How important is technology in the new global strategic balance and what advantages do China and India bring in this new tech and AI dominated scenario?
Technology continues to evolve at an exponential pace. At present, some of the major revolutions that are underway pertain to AI, quantum theory, robotics, biotechnology, and space. Over the next 10 years, we’ll see the world change more than it has in the last 25 years. We’re living in very interesting times.
Overall, China is ahead of India in the technology dimension. Partly, this is due to China’s 5x larger economy as compared to India. But China also spends a much higher percentage of its GDP on R&D (2.5%) than India does (1%). That said, India is technologically much stronger than it looks. India excels at frugal innovation. For example, India was the first country after the US, Europe, and Russia to successfully send a Mars orbiter, that too on a tiny $79 million budget. So, India gets a much larger bang for its R&D dollars than other countries, including China.
There is also another difference between China and India.
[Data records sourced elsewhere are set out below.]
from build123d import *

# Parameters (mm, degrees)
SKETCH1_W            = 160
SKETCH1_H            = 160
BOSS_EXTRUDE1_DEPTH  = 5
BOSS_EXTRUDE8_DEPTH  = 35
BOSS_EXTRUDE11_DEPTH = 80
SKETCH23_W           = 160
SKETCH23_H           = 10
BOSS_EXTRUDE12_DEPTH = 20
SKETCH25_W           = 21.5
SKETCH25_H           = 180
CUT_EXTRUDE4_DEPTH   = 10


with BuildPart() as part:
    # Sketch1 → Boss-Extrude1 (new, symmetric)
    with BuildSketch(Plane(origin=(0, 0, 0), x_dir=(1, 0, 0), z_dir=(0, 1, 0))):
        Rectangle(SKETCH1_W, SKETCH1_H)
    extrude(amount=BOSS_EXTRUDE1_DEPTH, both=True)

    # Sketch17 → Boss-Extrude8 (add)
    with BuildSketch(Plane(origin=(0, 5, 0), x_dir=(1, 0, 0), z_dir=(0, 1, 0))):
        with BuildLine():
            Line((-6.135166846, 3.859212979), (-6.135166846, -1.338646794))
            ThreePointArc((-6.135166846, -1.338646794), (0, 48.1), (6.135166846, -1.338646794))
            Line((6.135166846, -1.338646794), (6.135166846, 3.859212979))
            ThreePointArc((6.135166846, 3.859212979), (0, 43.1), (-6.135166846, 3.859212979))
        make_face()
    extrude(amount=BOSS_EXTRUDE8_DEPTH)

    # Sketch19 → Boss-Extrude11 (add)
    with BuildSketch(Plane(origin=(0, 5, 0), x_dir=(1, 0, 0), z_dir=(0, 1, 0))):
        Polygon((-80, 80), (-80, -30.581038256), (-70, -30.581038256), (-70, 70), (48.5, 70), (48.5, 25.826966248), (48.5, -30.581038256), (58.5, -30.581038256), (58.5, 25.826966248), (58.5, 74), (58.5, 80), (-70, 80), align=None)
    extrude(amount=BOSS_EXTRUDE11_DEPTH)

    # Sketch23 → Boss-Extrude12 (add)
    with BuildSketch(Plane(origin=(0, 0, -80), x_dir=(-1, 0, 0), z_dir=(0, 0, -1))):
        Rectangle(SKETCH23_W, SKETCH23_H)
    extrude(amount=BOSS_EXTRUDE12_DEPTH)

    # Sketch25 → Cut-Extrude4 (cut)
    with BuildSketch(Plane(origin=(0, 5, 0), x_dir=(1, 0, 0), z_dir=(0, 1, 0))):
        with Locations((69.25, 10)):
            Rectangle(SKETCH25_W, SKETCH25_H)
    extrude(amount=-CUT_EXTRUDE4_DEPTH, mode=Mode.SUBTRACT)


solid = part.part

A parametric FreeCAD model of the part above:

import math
import FreeCAD as App
import Part
import Sketcher
from FreeCAD import Vector
Q = App.Units.Quantity

doc = App.newDocument("Part")
body = doc.addObject("PartDesign::Body", "Body")

# Sketch on XZ plane
sketch1 = body.newObject("Sketcher::SketchObject", "Sketch")
sketch1.AttachmentSupport = (doc.getObject("XZ_Plane"), [""])
sketch1.MapMode = "FlatFace"
sketch1.addGeometry(Part.LineSegment(Vector(-80, -80, 0), Vector(-80, 80, 0)), False)
sketch1.addGeometry(Part.LineSegment(Vector(-80, 80, 0), Vector(80, 80, 0)), False)
sketch1.addGeometry(Part.LineSegment(Vector(80, 80, 0), Vector(80, -80, 0)), False)
sketch1.addGeometry(Part.LineSegment(Vector(80, -80, 0), Vector(-80, -80, 0)), False)
sketch1.addConstraint(Sketcher.Constraint("Coincident", 0, 2, 1, 1))
sketch1.addConstraint(Sketcher.Constraint("Coincident", 1, 2, 2, 1))
sketch1.addConstraint(Sketcher.Constraint("Coincident", 2, 2, 3, 1))
sketch1.addConstraint(Sketcher.Constraint("Coincident", 3, 2, 0, 1))
sketch1.addConstraint(Sketcher.Constraint("Vertical", 0))
sketch1.addConstraint(Sketcher.Constraint("Horizontal", 1))
sketch1.addConstraint(Sketcher.Constraint("Vertical", 2))
sketch1.addConstraint(Sketcher.Constraint("Horizontal", 3))
sketch1.addConstraint(Sketcher.Constraint("Symmetric", 0, 2, 2, 2, -1, 1))
sketch1.addConstraint(Sketcher.Constraint("Equal", 3, 0))
sketch1.addConstraint(Sketcher.Constraint("DistanceX", 1, 1, 1, 2, Q("160 mm")))
pad1 = body.newObject("PartDesign::Pad", "Pad")
pad1.Profile = sketch1
pad1.Length = 10
pad1.Midplane = True

# Sketch on XZ plane
sketch2 = body.newObject("Sketcher::SketchObject", "Sketch001")
sketch2.AttachmentSupport = (doc.getObject("XZ_Plane"), [""])
sketch2.MapMode = "FlatFace"
sketch2.AttachmentOffset = App.Placement(Vector(0, 0, -5), App.Rotation())
sketch2.addGeometry(Part.LineSegment(Vector(-6, 1, 0), Vector(-6, -4, 0)), False)
sketch2.addGeometry(Part.ArcOfCircle(Part.Circle(Vector(0, -23, 0), Vector(0, 0, 1), 20), math.radians(108), math.radians(432)), False)
sketch2.addGeometry(Part.LineSegment(Vector(6, -4, 0), Vector(6, 1, 0)), False)
sketch2.addGeometry(Part.ArcOfCircle(Part.Circle(Vector(0, -23, 0), Vector(0, 0, 1), 25), math.radians(104), math.radians(436)), False)
sketch2.addConstraint(Sketcher.Constraint("Coincident", 0, 2, 1, 1))
sketch2.addConstraint(Sketcher.Constraint("Coincident", 1, 2, 2, 1))
sketch2.addConstraint(Sketcher.Constraint("Coincident", 2, 2, 3, 2))
sketch2.addConstraint(Sketcher.Constraint("Coincident", 3, 1, 0, 1))
sketch2.addConstraint(Sketcher.Constraint("Vertical", 0))
sketch2.addConstraint(Sketcher.Constraint("Vertical", 2))
sketch2.addConstraint(Sketcher.Constraint("Coincident", 3, 3, 1, 3))
sketch2.addConstraint(Sketcher.Constraint("Symmetric", 0, 2, 1, 2, -2))
sketch2.addConstraint(Sketcher.Constraint("Radius", 1, Q("20.1 mm")))
sketch2.addConstraint(Sketcher.Constraint("Radius", 3, Q("25.1 mm")))
sketch2.addConstraint(Sketcher.Constraint("DistanceY", 1, 3, -1, 1, Q("23 mm")))
sketch2.addConstraint(Sketcher.Constraint("DistanceY", 0, 2, 0, 1, Q("5.19786 mm")))
pad2 = body.newObject("PartDesign::Pad", "Pad001")
pad2.Profile = sketch2
pad2.Length = 35
pad2.Reversed = True

# Sketch on XZ plane
sketch3 = body.newObject("Sketcher::SketchObject", "Sketch002")
sketch3.AttachmentSupport = (doc.getObject("XZ_Plane"), [""])
sketch3.MapMode = "FlatFace"
sketch3.AttachmentOffset = App.Placement(Vector(0, 0, -5), App.Rotation())
sketch3.addGeometry(Part.LineSegment(Vector(-80, -80, 0), Vector(-80, 31, 0)), False)
sketch3.addGeometry(Part.LineSegment(Vector(-80, 31, 0), Vector(-70, 31, 0)), False)
sketch3.addGeometry(Part.LineSegment(Vector(-70, 31, 0), Vector(-70, -70, 0)), False)
sketch3.addGeometry(Part.LineSegment(Vector(-70, -70, 0), Vector(48, -70, 0)), False)
sketch3.addGeometry(Part.LineSegment(Vector(48, -70, 0), Vector(48, 31, 0)), False)
sketch3.addGeometry(Part.LineSegment(Vector(48, 31, 0), Vector(58, 31, 0)), False)
sketch3.addGeometry(Part.LineSegment(Vector(58, 31, 0), Vector(58, -80, 0)), False)
sketch3.addGeometry(Part.LineSegment(Vector(58, -80, 0), Vector(-80, -80, 0)), False)
sketch3.addConstraint(Sketcher.Constraint("Coincident", 0, 2, 1, 1))
sketch3.addConstraint(Sketcher.Constraint("Coincident", 1, 2, 2, 1))
sketch3.addConstraint(Sketcher.Constraint("Coincident", 2, 2, 3, 1))
sketch3.addConstraint(Sketcher.Constraint("Coincident", 3, 2, 4, 1))
sketch3.addConstraint(Sketcher.Constraint("Coincident", 4, 2, 5, 1))
sketch3.addConstraint(Sketcher.Constraint("Coincident", 5, 2, 6, 1))
sketch3.addConstraint(Sketcher.Constraint("Coincident", 6, 2, 7, 1))
sketch3.addConstraint(Sketcher.Constraint("Coincident", 7, 2, 0, 1))
sketch3.addConstraint(Sketcher.Constraint("Vertical", 0))
sketch3.addConstraint(Sketcher.Constraint("Horizontal", 1))
sketch3.addConstraint(Sketcher.Constraint("Vertical", 2))
sketch3.addConstraint(Sketcher.Constraint("Horizontal", 3))
sketch3.addConstraint(Sketcher.Constraint("Vertical", 4))
sketch3.addConstraint(Sketcher.Constraint("Horizontal", 5))
sketch3.addConstraint(Sketcher.Constraint("Vertical", 6))
sketch3.addConstraint(Sketcher.Constraint("Horizontal", 7))
sketch3.addConstraint(Sketcher.Constraint("Horizontal", 1, 2, 4, 2))
sketch3.addConstraint(Sketcher.Constraint("Equal", 1, 5))
sketch3.addConstraint(Sketcher.Constraint("DistanceX", 1, 1, 1, 2, Q("10 mm")))
sketch3.addConstraint(Sketcher.Constraint("DistanceX", 3, 1, 3, 2, Q("118.5 mm")))
sketch3.addConstraint(Sketcher.Constraint("DistanceX", 0, 2, -1, 1, Q("80 mm")))
sketch3.addConstraint(Sketcher.Constraint("DistanceY", 2, 2, -1, 1, Q("70 mm")))
sketch3.addConstraint(Sketcher.Constraint("DistanceY", 6, 2, -1, 1, Q("80 mm")))
sketch3.addConstraint(Sketcher.Constraint("DistanceY", 0, 1, 0, 2, Q("110.581038 mm")))
pad3 = body.newObject("PartDesign::Pad", "Pad002")
pad3.Profile = sketch3
pad3.Length = 80
pad3.Reversed = True

# Sketch on XY plane
sketch4 = body.newObject("Sketcher::SketchObject", "Sketch003")
sketch4.AttachmentSupport = (doc.getObject("XY_Plane"), [""])
sketch4.MapMode = "FlatFace"
sketch4.AttachmentOffset = App.Placement(Vector(0, 0, -80), App.Rotation())
sketch4.addGeometry(Part.LineSegment(Vector(80, 5, 0), Vector(80, -5, 0)), False)
sketch4.addGeometry(Part.LineSegment(Vector(80, -5, 0), Vector(-80, -5, 0)), False)
sketch4.addGeometry(Part.LineSegment(Vector(-80, -5, 0), Vector(-80, 5, 0)), False)
sketch4.addGeometry(Part.LineSegment(Vector(-80, 5, 0), Vector(80, 5, 0)), False)
sketch4.addConstraint(Sketcher.Constraint("Coincident", 0, 2, 1, 1))
sketch4.addConstraint(Sketcher.Constraint("Coincident", 1, 2, 2, 1))
sketch4.addConstraint(Sketcher.Constraint("Coincident", 2, 2, 3, 1))
sketch4.addConstraint(Sketcher.Constraint("Coincident", 3, 2, 0, 1))
sketch4.addConstraint(Sketcher.Constraint("Vertical", 0))
sketch4.addConstraint(Sketcher.Constraint("Horizontal", 1))
sketch4.addConstraint(Sketcher.Constraint("Vertical", 2))
sketch4.addConstraint(Sketcher.Constraint("Horizontal", 3))
sketch4.addConstraint(Sketcher.Constraint("Symmetric", 0, 2, 2, 2, -1, 1))
sketch4.addConstraint(Sketcher.Constraint("DistanceX", 1, 2, 1, 1, Q("160 mm")))
sketch4.addConstraint(Sketcher.Constraint("DistanceY", 0, 2, 0, 1, Q("10 mm")))
pad4 = body.newObject("PartDesign::Pad", "Pad003")
pad4.Profile = sketch4
pad4.Length = 20
pad4.Reversed = True

# Sketch on XZ plane
sketch5 = body.newObject("Sketcher::SketchObject", "Sketch004")
sketch5.AttachmentSupport = (doc.getObject("XZ_Plane"), [""])
sketch5.MapMode = "FlatFace"
sketch5.AttachmentOffset = App.Placement(Vector(0, 0, -5), App.Rotation())
sketch5.addGeometry(Part.LineSegment(Vector(58, -100, 0), Vector(58, 80, 0)), False)
sketch5.addGeometry(Part.LineSegment(Vector(58, 80, 0), Vector(80, 80, 0)), False)
sketch5.addGeometry(Part.LineSegment(Vector(80, 80, 0), Vector(80, -100, 0)), False)
sketch5.addGeometry(Part.LineSegment(Vector(80, -100, 0), Vector(58, -100, 0)), False)
sketch5.addConstraint(Sketcher.Constraint("Coincident", 0, 2, 1, 1))
sketch5.addConstraint(Sketcher.Constraint("Coincident", 1, 2, 2, 1))
sketch5.addConstraint(Sketcher.Constraint("Coincident", 2, 2, 3, 1))
sketch5.addConstraint(Sketcher.Constraint("Coincident", 3, 2, 0, 1))
sketch5.addConstraint(Sketcher.Constraint("Vertical", 0))
sketch5.addConstraint(Sketcher.Constraint("Horizontal", 1))
sketch5.addConstraint(Sketcher.Constraint("Vertical", 2))
sketch5.addConstraint(Sketcher.Constraint("Horizontal", 3))
sketch5.addConstraint(Sketcher.Constraint("DistanceY", 0, 1, 0, 2, Q("180 mm")))
sketch5.addConstraint(Sketcher.Constraint("DistanceX", 1, 1, 1, 2, Q("21.5 mm")))
sketch5.addConstraint(Sketcher.Constraint("DistanceY", -1, 1, 0, 2, Q("80 mm")))
sketch5.addConstraint(Sketcher.Constraint("DistanceX", -1, 1, 1, 2, Q("80 mm")))
pocket1 = body.newObject("PartDesign::Pocket", "Pocket")
pocket1.Profile = sketch5
pocket1.Length = 10
pocket1.Reversed = True

doc.recompute()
Most Silicon Valley technology companies (e.g., Google, Facebook, Twitter, etc.) are officially or unofficially blocked in China. However, they dominate the Indian market. All of these companies as well as many others (e.g., IBM, Adobe, Texas Instruments) have very large fundamental research labs in India but not in China. This is why one does not see large Indian tech giants in the same league as China’s Alibaba, Tencent, and Baidu. However, it’s important to keep in mind that India’s tech giants include Google India, Facebook India, IBM India, and so forth.
As a global strategy scholar, I can confidently say that what matters is whether there is cutting edge R&D taking place in the country, not whether this R&D is being done by domestic or foreign companies.
India is also a global powerhouse in certain segments of the pharma sector, such as in generic drugs and vaccines (including vaccines against Covid-19).
The Trump era saw a fraying of international frameworks and alliances. To what extent do you see it being possible for traditional structures, largely dominated by the US since the 1940s, being revived under the new administration?
As I noted earlier, we’re now smack in the middle of a multipolar world that will become even more multipolar in the future. In such an era, no country—be that China or the US–can dominate the world. Thus, national power will be much more a function of the power of one’s alliances. Trump was blind in terms of not realizing this reality and pursuing a strategy of going it alone.
In contrast, Biden has been explicit about the centrality of alliances in today’s environment. He has already started strengthening the existing alliances—such as with Europe and Japan—but also building new alliances.
In addition to alliances that are led by the US (such as NATO), Biden has also been very active in rejoining global platforms such as the WHO and the Paris Climate Accord. In my view, these are all very sensible moves.